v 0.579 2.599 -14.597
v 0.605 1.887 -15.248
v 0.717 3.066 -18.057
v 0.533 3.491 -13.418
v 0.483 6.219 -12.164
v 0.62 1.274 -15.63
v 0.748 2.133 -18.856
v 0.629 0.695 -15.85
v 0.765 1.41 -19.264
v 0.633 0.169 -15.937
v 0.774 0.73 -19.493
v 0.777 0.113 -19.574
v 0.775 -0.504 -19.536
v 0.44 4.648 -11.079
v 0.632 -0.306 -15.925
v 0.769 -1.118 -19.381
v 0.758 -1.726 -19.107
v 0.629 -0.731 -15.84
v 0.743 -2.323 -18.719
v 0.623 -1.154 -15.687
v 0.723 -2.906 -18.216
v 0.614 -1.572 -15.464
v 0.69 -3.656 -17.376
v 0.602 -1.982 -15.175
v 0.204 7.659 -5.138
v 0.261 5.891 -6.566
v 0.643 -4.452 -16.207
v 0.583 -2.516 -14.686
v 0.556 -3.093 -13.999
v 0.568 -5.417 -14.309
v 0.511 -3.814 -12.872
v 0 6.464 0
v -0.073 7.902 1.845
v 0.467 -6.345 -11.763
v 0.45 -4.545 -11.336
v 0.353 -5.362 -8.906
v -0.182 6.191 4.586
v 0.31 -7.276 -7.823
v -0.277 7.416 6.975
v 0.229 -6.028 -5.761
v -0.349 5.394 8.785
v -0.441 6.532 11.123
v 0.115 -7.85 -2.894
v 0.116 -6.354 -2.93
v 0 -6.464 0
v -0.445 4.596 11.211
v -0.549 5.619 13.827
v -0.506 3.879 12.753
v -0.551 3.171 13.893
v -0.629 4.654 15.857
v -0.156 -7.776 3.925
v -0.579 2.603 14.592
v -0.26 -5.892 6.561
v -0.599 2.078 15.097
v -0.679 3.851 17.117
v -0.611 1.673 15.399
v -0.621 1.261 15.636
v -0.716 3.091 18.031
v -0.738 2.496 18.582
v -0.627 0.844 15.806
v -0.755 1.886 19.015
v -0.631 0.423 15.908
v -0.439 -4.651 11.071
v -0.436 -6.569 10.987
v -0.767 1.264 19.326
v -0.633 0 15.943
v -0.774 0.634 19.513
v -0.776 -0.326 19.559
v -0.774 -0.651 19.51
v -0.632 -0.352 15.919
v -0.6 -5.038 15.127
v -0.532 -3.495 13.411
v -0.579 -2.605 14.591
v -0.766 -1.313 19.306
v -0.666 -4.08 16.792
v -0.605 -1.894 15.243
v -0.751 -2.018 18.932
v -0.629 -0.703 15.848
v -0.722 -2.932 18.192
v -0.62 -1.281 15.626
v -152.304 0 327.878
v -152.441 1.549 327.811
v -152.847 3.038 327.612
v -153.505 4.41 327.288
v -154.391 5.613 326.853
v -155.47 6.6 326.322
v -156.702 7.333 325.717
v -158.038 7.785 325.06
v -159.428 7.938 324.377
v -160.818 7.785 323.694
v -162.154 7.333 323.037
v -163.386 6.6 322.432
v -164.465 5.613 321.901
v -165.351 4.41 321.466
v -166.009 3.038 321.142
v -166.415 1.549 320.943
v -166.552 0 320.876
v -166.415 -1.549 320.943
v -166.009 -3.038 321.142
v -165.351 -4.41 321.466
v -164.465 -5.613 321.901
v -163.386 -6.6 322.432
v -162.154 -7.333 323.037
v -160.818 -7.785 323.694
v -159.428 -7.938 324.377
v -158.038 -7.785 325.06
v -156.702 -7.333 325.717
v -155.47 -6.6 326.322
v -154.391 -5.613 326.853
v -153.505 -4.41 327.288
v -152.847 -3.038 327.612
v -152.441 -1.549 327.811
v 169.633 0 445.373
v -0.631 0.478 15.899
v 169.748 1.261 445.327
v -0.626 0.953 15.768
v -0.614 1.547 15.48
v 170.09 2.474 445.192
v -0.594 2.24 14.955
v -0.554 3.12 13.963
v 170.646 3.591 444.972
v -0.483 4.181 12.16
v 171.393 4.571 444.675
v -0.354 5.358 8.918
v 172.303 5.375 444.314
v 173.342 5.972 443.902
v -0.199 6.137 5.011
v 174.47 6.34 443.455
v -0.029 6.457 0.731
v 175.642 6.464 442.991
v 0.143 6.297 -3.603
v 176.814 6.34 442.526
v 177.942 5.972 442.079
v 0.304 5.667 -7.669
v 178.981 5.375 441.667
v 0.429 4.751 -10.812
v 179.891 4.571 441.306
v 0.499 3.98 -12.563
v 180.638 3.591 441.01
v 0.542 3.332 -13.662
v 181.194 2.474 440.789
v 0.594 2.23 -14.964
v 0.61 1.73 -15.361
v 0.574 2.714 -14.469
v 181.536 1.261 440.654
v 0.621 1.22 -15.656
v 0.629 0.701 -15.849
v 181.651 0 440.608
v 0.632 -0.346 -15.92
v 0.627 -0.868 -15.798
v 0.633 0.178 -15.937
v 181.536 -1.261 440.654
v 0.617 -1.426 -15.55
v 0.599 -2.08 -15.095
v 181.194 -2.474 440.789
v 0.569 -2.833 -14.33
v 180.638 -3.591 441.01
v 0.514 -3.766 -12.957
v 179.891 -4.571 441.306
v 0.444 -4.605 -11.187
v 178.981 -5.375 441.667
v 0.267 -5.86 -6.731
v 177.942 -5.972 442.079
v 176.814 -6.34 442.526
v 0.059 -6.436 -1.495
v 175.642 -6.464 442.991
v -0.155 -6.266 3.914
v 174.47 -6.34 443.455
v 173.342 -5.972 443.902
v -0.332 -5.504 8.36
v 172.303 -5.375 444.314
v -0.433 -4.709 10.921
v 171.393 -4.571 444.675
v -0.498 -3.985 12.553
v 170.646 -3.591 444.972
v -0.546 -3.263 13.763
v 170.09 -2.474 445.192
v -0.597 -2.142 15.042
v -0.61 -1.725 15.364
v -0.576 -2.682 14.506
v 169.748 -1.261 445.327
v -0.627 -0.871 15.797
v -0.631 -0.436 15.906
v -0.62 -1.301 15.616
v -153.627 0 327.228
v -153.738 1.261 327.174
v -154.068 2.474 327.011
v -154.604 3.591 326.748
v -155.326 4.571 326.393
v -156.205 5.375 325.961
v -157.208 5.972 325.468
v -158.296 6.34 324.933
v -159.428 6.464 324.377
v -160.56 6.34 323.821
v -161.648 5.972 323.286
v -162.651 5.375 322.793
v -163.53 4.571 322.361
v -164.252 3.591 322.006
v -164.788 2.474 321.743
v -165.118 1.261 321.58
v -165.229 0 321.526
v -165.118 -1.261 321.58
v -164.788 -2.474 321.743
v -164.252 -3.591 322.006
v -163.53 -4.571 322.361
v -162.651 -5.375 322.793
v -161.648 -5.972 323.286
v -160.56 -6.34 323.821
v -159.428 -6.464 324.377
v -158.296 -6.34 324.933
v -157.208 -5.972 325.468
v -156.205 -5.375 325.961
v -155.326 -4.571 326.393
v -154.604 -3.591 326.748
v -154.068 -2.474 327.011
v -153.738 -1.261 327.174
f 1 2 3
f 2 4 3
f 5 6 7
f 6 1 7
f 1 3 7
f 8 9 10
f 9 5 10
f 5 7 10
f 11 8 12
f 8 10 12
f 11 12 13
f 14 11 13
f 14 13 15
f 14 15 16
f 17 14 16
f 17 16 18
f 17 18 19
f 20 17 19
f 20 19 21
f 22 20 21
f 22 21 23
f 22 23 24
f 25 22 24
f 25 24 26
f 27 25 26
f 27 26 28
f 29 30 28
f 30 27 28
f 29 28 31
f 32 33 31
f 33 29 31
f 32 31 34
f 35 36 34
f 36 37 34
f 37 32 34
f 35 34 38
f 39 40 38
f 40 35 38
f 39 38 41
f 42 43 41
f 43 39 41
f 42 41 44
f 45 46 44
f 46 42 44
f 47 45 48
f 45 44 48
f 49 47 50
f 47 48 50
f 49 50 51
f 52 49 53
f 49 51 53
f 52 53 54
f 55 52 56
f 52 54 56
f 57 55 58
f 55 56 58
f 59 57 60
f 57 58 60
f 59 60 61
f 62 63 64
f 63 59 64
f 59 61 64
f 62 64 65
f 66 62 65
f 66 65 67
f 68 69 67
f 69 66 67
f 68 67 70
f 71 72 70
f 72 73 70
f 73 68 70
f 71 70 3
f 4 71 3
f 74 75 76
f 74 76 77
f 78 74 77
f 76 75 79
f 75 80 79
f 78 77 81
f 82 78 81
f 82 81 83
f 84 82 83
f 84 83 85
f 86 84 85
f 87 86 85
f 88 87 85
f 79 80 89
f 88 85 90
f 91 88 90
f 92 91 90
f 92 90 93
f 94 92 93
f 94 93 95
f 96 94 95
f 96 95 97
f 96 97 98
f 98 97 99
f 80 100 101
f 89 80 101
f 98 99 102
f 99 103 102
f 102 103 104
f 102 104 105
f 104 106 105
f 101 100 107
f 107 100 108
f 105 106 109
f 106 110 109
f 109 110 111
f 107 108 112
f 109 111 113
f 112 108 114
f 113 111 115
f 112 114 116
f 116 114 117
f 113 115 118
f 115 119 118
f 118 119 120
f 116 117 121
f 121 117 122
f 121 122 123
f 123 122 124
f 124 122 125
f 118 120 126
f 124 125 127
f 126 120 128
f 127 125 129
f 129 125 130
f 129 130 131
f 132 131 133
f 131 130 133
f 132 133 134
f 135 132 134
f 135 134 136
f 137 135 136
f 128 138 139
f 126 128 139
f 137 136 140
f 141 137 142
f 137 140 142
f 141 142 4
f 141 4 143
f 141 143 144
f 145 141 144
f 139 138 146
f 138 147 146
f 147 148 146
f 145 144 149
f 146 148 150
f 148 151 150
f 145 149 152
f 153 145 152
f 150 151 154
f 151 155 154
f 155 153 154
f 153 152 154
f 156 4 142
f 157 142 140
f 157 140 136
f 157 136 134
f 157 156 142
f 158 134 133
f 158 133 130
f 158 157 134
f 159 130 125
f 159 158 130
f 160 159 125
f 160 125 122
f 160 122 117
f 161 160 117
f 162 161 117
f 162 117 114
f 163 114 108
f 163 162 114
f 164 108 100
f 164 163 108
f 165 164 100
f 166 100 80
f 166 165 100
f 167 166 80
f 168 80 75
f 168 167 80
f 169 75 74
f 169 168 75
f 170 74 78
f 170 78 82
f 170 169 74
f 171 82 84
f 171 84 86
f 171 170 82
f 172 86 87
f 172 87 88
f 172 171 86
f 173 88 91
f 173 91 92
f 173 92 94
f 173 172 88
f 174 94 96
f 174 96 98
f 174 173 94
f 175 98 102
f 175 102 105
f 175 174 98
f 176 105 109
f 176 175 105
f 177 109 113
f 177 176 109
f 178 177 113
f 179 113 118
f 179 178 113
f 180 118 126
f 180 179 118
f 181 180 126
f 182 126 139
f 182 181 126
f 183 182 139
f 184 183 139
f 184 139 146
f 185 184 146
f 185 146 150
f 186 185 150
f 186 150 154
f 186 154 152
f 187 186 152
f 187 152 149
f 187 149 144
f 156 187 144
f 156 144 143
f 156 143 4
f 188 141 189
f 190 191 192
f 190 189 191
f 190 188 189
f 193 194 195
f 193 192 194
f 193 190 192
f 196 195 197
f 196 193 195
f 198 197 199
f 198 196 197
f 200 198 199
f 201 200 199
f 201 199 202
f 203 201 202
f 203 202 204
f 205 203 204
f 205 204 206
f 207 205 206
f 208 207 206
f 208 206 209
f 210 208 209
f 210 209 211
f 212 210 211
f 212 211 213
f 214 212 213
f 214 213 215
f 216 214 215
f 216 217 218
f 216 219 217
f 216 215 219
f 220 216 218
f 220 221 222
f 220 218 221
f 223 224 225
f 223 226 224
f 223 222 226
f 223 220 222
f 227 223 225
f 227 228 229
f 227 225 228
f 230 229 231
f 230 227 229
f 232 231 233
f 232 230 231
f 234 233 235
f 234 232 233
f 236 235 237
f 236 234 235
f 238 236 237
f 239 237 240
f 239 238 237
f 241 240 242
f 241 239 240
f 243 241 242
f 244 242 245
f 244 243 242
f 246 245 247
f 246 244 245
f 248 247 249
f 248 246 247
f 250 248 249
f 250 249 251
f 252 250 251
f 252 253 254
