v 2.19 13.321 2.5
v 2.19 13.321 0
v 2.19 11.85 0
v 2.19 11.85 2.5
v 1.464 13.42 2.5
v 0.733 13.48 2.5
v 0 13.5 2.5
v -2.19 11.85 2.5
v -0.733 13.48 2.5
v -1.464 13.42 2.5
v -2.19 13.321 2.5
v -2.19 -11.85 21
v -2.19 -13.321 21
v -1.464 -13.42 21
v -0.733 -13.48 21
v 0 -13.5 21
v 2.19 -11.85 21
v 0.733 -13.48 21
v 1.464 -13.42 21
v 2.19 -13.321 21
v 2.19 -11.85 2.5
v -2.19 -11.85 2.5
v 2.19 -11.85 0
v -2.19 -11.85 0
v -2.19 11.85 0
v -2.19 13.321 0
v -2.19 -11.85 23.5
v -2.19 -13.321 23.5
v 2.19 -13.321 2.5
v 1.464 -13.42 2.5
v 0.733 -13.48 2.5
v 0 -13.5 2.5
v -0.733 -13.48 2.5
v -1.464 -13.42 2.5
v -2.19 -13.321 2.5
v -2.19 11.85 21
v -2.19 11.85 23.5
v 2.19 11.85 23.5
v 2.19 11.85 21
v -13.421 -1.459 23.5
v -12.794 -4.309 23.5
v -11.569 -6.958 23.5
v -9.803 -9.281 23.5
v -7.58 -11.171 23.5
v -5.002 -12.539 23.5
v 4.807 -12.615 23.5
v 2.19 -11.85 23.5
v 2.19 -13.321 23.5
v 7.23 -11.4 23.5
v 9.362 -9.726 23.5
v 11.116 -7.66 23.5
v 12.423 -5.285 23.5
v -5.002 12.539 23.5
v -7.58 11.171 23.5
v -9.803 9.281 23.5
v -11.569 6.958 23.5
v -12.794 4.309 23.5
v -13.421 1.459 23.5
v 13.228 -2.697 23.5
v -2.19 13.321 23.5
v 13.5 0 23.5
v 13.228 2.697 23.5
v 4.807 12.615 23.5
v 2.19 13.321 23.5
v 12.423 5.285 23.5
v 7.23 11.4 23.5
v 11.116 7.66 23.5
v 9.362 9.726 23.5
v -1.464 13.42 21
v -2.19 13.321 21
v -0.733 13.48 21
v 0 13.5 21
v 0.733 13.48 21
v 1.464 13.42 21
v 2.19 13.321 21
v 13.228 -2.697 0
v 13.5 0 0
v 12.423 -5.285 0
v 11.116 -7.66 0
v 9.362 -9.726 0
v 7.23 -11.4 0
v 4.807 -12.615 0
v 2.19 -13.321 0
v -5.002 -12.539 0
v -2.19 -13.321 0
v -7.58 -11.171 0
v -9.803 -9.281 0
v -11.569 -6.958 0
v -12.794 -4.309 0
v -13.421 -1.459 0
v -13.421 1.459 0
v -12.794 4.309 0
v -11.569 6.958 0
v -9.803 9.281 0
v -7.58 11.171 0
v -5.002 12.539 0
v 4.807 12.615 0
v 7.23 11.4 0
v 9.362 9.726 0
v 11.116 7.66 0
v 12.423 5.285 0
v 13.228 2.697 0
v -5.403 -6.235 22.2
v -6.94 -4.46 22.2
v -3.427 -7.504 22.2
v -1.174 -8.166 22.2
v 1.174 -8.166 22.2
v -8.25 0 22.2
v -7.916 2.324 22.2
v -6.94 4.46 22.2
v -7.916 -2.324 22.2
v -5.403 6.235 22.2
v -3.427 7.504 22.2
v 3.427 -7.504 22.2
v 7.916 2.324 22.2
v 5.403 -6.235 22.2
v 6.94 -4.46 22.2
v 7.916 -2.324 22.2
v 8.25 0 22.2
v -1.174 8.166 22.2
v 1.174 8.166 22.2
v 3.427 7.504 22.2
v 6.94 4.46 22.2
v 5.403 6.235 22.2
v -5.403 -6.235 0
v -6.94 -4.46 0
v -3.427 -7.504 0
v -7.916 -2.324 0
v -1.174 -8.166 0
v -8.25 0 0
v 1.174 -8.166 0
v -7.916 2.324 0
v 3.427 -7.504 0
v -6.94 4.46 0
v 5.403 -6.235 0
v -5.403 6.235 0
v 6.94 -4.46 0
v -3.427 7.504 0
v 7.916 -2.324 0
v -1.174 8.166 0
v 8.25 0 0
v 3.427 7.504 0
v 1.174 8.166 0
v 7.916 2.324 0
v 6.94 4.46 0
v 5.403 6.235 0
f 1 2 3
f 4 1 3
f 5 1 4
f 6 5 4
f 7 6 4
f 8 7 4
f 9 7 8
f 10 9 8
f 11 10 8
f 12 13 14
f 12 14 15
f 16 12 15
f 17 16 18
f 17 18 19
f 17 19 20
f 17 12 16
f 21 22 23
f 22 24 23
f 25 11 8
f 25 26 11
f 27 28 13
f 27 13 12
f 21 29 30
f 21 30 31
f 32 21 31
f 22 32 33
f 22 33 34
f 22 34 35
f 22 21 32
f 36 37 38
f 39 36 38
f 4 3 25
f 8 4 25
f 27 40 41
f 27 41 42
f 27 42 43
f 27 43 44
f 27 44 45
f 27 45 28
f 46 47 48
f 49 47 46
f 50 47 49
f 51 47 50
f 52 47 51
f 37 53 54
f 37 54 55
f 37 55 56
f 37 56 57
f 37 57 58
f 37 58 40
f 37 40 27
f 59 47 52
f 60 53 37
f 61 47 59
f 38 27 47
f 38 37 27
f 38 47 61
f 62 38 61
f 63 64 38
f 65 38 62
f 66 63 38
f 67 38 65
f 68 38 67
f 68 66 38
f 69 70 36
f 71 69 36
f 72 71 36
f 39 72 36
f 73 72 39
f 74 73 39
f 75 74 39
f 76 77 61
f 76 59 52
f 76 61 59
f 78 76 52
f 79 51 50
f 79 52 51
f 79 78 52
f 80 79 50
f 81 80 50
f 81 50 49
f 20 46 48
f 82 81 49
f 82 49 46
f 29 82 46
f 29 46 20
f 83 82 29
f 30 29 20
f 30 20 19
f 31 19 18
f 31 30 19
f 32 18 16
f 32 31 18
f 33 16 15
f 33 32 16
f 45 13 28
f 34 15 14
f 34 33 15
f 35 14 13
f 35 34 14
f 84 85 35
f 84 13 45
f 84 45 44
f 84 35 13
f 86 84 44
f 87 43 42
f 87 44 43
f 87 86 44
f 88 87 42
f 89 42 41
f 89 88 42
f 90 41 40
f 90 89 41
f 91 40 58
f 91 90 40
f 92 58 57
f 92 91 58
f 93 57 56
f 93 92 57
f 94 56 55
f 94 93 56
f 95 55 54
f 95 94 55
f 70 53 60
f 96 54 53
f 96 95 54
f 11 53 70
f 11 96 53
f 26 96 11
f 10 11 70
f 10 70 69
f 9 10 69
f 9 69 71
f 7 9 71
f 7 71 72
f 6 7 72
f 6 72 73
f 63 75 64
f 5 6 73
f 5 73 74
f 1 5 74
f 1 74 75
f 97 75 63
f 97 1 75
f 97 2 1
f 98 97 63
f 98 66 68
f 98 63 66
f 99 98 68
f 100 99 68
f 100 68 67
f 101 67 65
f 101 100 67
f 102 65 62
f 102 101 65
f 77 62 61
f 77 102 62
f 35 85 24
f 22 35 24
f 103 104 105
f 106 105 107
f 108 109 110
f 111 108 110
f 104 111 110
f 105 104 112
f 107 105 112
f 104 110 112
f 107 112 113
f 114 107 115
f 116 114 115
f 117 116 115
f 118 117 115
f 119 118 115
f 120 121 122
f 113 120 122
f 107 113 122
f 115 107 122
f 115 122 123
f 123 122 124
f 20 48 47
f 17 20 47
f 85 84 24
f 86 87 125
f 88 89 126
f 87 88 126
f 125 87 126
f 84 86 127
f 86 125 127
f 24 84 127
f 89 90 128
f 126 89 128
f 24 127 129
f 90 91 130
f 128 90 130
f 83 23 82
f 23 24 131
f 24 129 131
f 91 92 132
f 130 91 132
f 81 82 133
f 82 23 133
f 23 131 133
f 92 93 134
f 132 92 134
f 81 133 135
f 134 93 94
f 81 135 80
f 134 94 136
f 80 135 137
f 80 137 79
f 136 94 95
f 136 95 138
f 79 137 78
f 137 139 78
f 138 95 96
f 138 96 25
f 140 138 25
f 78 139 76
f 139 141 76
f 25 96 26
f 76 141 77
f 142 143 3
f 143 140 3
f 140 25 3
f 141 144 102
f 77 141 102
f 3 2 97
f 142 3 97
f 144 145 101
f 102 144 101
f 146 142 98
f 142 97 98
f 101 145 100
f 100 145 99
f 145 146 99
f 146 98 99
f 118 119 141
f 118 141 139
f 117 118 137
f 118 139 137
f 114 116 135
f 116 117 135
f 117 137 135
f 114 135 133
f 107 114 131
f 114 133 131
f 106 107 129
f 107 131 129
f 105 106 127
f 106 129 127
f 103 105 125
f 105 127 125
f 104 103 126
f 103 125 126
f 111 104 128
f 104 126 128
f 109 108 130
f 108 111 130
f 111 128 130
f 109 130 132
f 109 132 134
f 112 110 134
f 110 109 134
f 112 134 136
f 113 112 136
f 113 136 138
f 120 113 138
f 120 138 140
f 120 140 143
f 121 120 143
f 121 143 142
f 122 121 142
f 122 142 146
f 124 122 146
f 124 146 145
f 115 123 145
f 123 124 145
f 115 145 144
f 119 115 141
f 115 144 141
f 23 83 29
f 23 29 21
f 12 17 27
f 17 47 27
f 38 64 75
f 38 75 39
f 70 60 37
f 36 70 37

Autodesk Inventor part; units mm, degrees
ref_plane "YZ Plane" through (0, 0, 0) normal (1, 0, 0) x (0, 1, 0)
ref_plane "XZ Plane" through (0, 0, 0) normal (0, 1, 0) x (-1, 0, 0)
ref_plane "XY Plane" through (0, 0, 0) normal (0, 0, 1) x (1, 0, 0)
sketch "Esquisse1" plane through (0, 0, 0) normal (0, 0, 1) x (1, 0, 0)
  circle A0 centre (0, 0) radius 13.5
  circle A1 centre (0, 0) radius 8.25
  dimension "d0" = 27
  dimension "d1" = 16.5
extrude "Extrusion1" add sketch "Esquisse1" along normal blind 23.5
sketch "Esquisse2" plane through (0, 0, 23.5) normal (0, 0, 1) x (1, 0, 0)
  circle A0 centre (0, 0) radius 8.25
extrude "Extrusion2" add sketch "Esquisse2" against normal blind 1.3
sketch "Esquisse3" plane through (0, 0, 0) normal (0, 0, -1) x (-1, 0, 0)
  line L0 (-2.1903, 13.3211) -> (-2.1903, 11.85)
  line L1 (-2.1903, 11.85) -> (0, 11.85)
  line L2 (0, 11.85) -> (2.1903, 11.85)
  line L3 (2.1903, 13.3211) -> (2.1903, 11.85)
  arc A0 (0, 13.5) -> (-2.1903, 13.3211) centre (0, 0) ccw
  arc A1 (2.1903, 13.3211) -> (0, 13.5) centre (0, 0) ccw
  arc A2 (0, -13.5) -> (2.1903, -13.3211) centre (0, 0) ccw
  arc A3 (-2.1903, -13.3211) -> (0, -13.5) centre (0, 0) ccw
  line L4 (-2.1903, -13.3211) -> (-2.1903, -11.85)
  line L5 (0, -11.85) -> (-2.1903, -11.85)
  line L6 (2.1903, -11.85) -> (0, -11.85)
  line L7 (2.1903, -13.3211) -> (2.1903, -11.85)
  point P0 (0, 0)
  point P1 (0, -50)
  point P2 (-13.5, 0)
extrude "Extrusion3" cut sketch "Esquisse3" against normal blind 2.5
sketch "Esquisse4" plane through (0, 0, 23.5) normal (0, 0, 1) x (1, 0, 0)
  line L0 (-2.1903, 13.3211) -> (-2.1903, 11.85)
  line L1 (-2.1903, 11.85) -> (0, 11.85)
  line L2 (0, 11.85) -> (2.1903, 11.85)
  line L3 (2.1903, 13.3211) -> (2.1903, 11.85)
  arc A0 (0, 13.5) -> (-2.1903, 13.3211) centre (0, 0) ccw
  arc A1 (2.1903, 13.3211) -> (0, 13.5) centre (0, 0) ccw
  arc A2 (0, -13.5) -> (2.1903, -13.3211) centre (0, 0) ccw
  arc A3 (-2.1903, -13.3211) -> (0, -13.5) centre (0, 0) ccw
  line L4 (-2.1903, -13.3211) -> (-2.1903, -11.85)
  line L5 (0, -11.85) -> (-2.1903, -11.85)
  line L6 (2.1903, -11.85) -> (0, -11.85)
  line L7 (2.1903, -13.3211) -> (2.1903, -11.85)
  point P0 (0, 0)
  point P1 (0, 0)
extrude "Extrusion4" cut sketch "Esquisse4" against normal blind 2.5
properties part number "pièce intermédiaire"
------------------------------------------------
Copy the lines above exactly, beginning at the line that has "f 186 150 154" and stopping after the line that has "f 232 231 233", and omit the rest.

→ Written answer
f 186 150 154
f 186 154 152
f 187 186 152
f 187 152 149
f 187 149 144
f 156 187 144
f 156 144 143
f 156 143 4
f 188 141 189
f 190 191 192
f 190 189 191
f 190 188 189
f 193 194 195
f 193 192 194
f 193 190 192
f 196 195 197
f 196 193 195
f 198 197 199
f 198 196 197
f 200 198 199
f 201 200 199
f 201 199 202
f 203 201 202
f 203 202 204
f 205 203 204
f 205 204 206
f 207 205 206
f 208 207 206
f 208 206 209
f 210 208 209
f 210 209 211
f 212 210 211
f 212 211 213
f 214 212 213
f 214 213 215
f 216 214 215
f 216 217 218
f 216 219 217
f 216 215 219
f 220 216 218
f 220 221 222
f 220 218 221
f 223 224 225
f 223 226 224
f 223 222 226
f 223 220 222
f 227 223 225
f 227 228 229
f 227 225 228
f 230 229 231
f 230 227 229
f 232 231 233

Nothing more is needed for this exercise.